## Assigned task
Output a verbatim copy of the data, cut off after the line that contains "v -1485.9 0 3632.2".
*****
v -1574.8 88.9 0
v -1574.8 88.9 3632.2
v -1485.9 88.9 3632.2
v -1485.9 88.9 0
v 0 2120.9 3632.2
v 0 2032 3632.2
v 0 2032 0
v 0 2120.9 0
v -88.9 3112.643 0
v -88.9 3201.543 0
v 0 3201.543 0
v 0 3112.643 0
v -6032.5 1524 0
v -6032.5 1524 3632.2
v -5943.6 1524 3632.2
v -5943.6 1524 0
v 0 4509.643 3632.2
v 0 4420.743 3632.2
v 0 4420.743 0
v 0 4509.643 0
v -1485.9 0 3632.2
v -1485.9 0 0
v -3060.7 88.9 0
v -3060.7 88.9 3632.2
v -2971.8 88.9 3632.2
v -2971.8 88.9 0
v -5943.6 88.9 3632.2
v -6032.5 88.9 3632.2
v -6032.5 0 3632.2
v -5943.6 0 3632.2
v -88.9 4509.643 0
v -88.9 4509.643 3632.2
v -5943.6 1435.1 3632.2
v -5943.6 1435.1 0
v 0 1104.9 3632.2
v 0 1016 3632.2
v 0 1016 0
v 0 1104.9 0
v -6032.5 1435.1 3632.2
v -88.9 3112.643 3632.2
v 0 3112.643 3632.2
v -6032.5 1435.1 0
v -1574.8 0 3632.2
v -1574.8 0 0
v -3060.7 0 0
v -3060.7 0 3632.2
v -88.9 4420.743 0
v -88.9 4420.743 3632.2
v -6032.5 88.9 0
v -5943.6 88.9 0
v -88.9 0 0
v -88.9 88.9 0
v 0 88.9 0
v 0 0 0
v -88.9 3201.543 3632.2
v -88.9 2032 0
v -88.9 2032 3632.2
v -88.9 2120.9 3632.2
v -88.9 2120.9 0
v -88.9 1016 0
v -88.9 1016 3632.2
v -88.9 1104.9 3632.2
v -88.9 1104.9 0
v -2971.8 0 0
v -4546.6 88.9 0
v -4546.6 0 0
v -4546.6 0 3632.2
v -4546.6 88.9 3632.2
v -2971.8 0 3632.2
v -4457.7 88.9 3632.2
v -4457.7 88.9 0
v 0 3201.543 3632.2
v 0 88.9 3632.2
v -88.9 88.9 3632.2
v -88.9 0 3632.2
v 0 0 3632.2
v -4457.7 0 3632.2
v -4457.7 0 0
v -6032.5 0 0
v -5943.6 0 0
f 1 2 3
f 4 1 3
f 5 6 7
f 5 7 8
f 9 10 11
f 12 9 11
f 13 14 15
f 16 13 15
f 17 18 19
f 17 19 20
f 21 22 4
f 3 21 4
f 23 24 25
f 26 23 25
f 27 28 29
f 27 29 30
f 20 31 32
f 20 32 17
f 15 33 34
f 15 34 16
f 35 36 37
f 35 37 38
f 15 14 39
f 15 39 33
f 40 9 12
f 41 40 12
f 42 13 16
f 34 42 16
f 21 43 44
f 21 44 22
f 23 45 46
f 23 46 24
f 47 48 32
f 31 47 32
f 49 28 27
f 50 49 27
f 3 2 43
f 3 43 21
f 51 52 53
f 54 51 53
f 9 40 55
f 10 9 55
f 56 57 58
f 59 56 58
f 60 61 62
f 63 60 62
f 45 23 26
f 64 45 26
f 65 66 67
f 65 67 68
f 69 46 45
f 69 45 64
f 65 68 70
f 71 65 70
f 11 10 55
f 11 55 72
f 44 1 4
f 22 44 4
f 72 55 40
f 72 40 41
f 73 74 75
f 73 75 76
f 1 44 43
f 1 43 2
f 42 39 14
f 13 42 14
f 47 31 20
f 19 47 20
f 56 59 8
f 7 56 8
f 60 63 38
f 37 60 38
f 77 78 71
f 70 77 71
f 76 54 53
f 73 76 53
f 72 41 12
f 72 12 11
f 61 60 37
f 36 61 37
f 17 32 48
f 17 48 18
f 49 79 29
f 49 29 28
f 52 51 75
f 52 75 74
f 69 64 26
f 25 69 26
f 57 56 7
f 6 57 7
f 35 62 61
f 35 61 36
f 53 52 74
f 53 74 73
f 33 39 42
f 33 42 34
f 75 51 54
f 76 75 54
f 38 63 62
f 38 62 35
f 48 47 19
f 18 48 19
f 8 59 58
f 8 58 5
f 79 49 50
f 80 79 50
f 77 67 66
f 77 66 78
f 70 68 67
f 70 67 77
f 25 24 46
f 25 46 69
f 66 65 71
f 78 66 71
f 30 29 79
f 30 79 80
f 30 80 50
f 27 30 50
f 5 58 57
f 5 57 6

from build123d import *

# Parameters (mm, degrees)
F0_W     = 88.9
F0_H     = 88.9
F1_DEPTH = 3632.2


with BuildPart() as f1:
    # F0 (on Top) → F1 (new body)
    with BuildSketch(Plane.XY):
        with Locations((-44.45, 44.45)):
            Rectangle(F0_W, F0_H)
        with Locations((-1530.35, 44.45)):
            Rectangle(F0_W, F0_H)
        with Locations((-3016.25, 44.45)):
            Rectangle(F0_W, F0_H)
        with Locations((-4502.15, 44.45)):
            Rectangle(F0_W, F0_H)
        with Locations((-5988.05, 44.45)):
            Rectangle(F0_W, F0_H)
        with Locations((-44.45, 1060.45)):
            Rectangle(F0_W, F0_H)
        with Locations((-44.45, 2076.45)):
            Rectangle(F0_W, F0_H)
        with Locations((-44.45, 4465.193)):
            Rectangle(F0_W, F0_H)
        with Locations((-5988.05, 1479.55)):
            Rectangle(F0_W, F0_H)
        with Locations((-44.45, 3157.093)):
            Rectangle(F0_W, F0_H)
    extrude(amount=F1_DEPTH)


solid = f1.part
*****
## Result below
v -1574.8 88.9 0
v -1574.8 88.9 3632.2
v -1485.9 88.9 3632.2
v -1485.9 88.9 0
v 0 2120.9 3632.2
v 0 2032 3632.2
v 0 2032 0
v 0 2120.9 0
v -88.9 3112.643 0
v -88.9 3201.543 0
v 0 3201.543 0
v 0 3112.643 0
v -6032.5 1524 0
v -6032.5 1524 3632.2
v -5943.6 1524 3632.2
v -5943.6 1524 0
v 0 4509.643 3632.2
v 0 4420.743 3632.2
v 0 4420.743 0
v 0 4509.643 0
v -1485.9 0 3632.2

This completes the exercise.